Would you print all of the records below exactly, without skipping any?

EXTRACTED MATERIAL below:

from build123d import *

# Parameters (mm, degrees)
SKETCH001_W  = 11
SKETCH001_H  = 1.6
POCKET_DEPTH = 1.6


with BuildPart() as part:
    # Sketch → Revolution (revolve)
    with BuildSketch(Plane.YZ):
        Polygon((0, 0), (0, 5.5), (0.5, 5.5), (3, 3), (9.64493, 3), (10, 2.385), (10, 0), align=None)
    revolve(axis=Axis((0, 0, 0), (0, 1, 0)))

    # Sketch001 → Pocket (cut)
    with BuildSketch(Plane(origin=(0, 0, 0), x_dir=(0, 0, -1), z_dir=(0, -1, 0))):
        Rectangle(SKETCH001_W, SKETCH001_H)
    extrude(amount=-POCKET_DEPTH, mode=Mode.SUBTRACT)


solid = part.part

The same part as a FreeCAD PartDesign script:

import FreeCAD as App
import Part
import Sketcher
Q = App.Units.Quantity

doc = App.newDocument("Part")
body = doc.addObject("PartDesign::Body", "Body")

sketch1 = body.newObject("Sketcher::SketchObject", "Sketch")
sketch1.AttachmentSupport = (doc.getObject("YZ_Plane"), [""])
sketch1.MapMode = "FlatFace"
sketch1.addGeometry([
    Part.LineSegment(App.Vector(0, 5.5, 0), App.Vector(0, 0, 0)),
    Part.LineSegment(App.Vector(0, 0, 0), App.Vector(10, 0, 0)),
    Part.LineSegment(App.Vector(10, 0, 0), App.Vector(10, 2.385, 0)),
    Part.LineSegment(App.Vector(10, 2.385, 0), App.Vector(9.64493, 3, 0)),
    Part.LineSegment(App.Vector(9.64493, 3, 0), App.Vector(3, 3, 0)),
    Part.LineSegment(App.Vector(3, 3, 0), App.Vector(0.5, 5.5, 0)),
    Part.LineSegment(App.Vector(0.5, 5.5, 0), App.Vector(0, 5.5, 0)),
], False)
sketch1.addConstraint([
    Sketcher.Constraint("Coincident", 0, 2, 1, 1),
    Sketcher.Constraint("Coincident", 1, 2, 2, 1),
    Sketcher.Constraint("Coincident", 2, 2, 3, 1),
    Sketcher.Constraint("Coincident", 3, 2, 4, 1),
    Sketcher.Constraint("Coincident", 4, 2, 5, 1),
    Sketcher.Constraint("Coincident", 5, 2, 6, 1),
    Sketcher.Constraint("Coincident", 6, 2, 0, 1),
    Sketcher.Constraint("Vertical", 0),
    Sketcher.Constraint("Horizontal", 1),
    Sketcher.Constraint("Vertical", 2),
    Sketcher.Constraint("Horizontal", 4),
    Sketcher.Constraint("Horizontal", 6),
    Sketcher.Constraint("Coincident", 0, 2, -1, 1),
    Sketcher.Constraint("DistanceX", 1, 1, 1, 2, Q("10 mm")),
    Sketcher.Constraint("Angle", 5, Q("135 deg")),
    Sketcher.Constraint("DistanceX", 6, 2, 6, 1, Q("0.5 mm")),
    Sketcher.Constraint("DistanceY", 0, 2, 0, 1, Q("5.5 mm")),
    Sketcher.Constraint("DistanceY", -1, 1, 3, 2, Q("3 mm")),
    Sketcher.Constraint("DistanceY", 2, 1, 2, 2, Q("2.385 mm")),
    Sketcher.Constraint("DistanceX", 4, 2, 4, 1, Q("6.64493 mm")),
])
revolution = body.newObject("PartDesign::Revolution", "Revolution")
revolution.Profile = sketch1
revolution.ReferenceAxis = (sketch1, ["H_Axis"])
revolution.Angle = 360

sketch2 = body.newObject("Sketcher::SketchObject", "Sketch001")
sketch2.AttachmentSupport = (doc.getObject("XZ_Plane"), [""])
sketch2.MapMode = "FlatFace"
sketch2.addGeometry([
    Part.LineSegment(App.Vector(0.8, 5.5, 0), App.Vector(-0.8, 5.5, 0)),
    Part.LineSegment(App.Vector(-0.8, 5.5, 0), App.Vector(-0.8, -5.5, 0)),
    Part.LineSegment(App.Vector(-0.8, -5.5, 0), App.Vector(0.8, -5.5, 0)),
    Part.LineSegment(App.Vector(0.8, -5.5, 0), App.Vector(0.8, 5.5, 0)),
], False)
sketch2.addConstraint([
    Sketcher.Constraint("Coincident", 0, 2, 1, 1),
    Sketcher.Constraint("Coincident", 1, 2, 2, 1),
    Sketcher.Constraint("Coincident", 2, 2, 3, 1),
    Sketcher.Constraint("Coincident", 3, 2, 0, 1),
    Sketcher.Constraint("Horizontal", 0),
    Sketcher.Constraint("Vertical", 1),
    Sketcher.Constraint("Horizontal", 2),
    Sketcher.Constraint("Vertical", 3),
    Sketcher.Constraint("Symmetric", 0, 2, 2, 2, -1, 1),
    Sketcher.Constraint("DistanceY", 1, 2, 1, 1, Q("11 mm")),
    Sketcher.Constraint("DistanceX", 0, 2, 0, 1, Q("1.6 mm")),
])
pocket1 = body.newObject("PartDesign::Pocket", "Pocket")
pocket1.Profile = sketch2
pocket1.Length = 1.6

doc.recompute()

End of EXTRACTED MATERIAL.

> TASK RESULT:
from build123d import *

# Parameters (mm, degrees)
SKETCH001_W  = 11
SKETCH001_H  = 1.6
POCKET_DEPTH = 1.6


with BuildPart() as part:
    # Sketch → Revolution (revolve)
    with BuildSketch(Plane.YZ):
        Polygon((0, 0), (0, 5.5), (0.5, 5.5), (3, 3), (9.64493, 3), (10, 2.385), (10, 0), align=None)
    revolve(axis=Axis((0, 0, 0), (0, 1, 0)))

    # Sketch001 → Pocket (cut)
    with BuildSketch(Plane(origin=(0, 0, 0), x_dir=(0, 0, -1), z_dir=(0, -1, 0))):
        Rectangle(SKETCH001_W, SKETCH001_H)
    extrude(amount=-POCKET_DEPTH, mode=Mode.SUBTRACT)


solid = part.part

The same part as a FreeCAD PartDesign script:

import FreeCAD as App
import Part
import Sketcher
Q = App.Units.Quantity

doc = App.newDocument("Part")
body = doc.addObject("PartDesign::Body", "Body")

sketch1 = body.newObject("Sketcher::SketchObject", "Sketch")
sketch1.AttachmentSupport = (doc.getObject("YZ_Plane"), [""])
sketch1.MapMode = "FlatFace"
sketch1.addGeometry([
    Part.LineSegment(App.Vector(0, 5.5, 0), App.Vector(0, 0, 0)),
    Part.LineSegment(App.Vector(0, 0, 0), App.Vector(10, 0, 0)),
    Part.LineSegment(App.Vector(10, 0, 0), App.Vector(10, 2.385, 0)),
    Part.LineSegment(App.Vector(10, 2.385, 0), App.Vector(9.64493, 3, 0)),
    Part.LineSegment(App.Vector(9.64493, 3, 0), App.Vector(3, 3, 0)),
    Part.LineSegment(App.Vector(3, 3, 0), App.Vector(0.5, 5.5, 0)),
    Part.LineSegment(App.Vector(0.5, 5.5, 0), App.Vector(0, 5.5, 0)),
], False)
sketch1.addConstraint([
    Sketcher.Constraint("Coincident", 0, 2, 1, 1),
    Sketcher.Constraint("Coincident", 1, 2, 2, 1),
    Sketcher.Constraint("Coincident", 2, 2, 3, 1),
    Sketcher.Constraint("Coincident", 3, 2, 4, 1),
    Sketcher.Constraint("Coincident", 4, 2, 5, 1),
    Sketcher.Constraint("Coincident", 5, 2, 6, 1),
    Sketcher.Constraint("Coincident", 6, 2, 0, 1),
    Sketcher.Constraint("Vertical", 0),
    Sketcher.Constraint("Horizontal", 1),
    Sketcher.Constraint("Vertical", 2),
    Sketcher.Constraint("Horizontal", 4),
    Sketcher.Constraint("Horizontal", 6),
    Sketcher.Constraint("Coincident", 0, 2, -1, 1),
    Sketcher.Constraint("DistanceX", 1, 1, 1, 2, Q("10 mm")),
    Sketcher.Constraint("Angle", 5, Q("135 deg")),
    Sketcher.Constraint("DistanceX", 6, 2, 6, 1, Q("0.5 mm")),
    Sketcher.Constraint("DistanceY", 0, 2, 0, 1, Q("5.5 mm")),
    Sketcher.Constraint("DistanceY", -1, 1, 3, 2, Q("3 mm")),
    Sketcher.Constraint("DistanceY", 2, 1, 2, 2, Q("2.385 mm")),
    Sketcher.Constraint("DistanceX", 4, 2, 4, 1, Q("6.64493 mm")),
])
revolution = body.newObject("PartDesign::Revolution", "Revolution")
revolution.Profile = sketch1
revolution.ReferenceAxis = (sketch1, ["H_Axis"])
revolution.Angle = 360

sketch2 = body.newObject("Sketcher::SketchObject", "Sketch001")
sketch2.AttachmentSupport = (doc.getObject("XZ_Plane"), [""])
sketch2.MapMode = "FlatFace"
sketch2.addGeometry([
    Part.LineSegment(App.Vector(0.8, 5.5, 0), App.Vector(-0.8, 5.5, 0)),
    Part.LineSegment(App.Vector(-0.8, 5.5, 0), App.Vector(-0.8, -5.5, 0)),
    Part.LineSegment(App.Vector(-0.8, -5.5, 0), App.Vector(0.8, -5.5, 0)),
    Part.LineSegment(App.Vector(0.8, -5.5, 0), App.Vector(0.8, 5.5, 0)),
], False)
sketch2.addConstraint([
    Sketcher.Constraint("Coincident", 0, 2, 1, 1),
    Sketcher.Constraint("Coincident", 1, 2, 2, 1),
    Sketcher.Constraint("Coincident", 2, 2, 3, 1),
    Sketcher.Constraint("Coincident", 3, 2, 0, 1),
    Sketcher.Constraint("Horizontal", 0),
    Sketcher.Constraint("Vertical", 1),
    Sketcher.Constraint("Horizontal", 2),
    Sketcher.Constraint("Vertical", 3),
    Sketcher.Constraint("Symmetric", 0, 2, 2, 2, -1, 1),
    Sketcher.Constraint("DistanceY", 1, 2, 1, 1, Q("11 mm")),
    Sketcher.Constraint("DistanceX", 0, 2, 0, 1, Q("1.6 mm")),
])
pocket1 = body.newObject("PartDesign::Pocket", "Pocket")
pocket1.Profile = sketch2
pocket1.Length = 1.6

doc.recompute()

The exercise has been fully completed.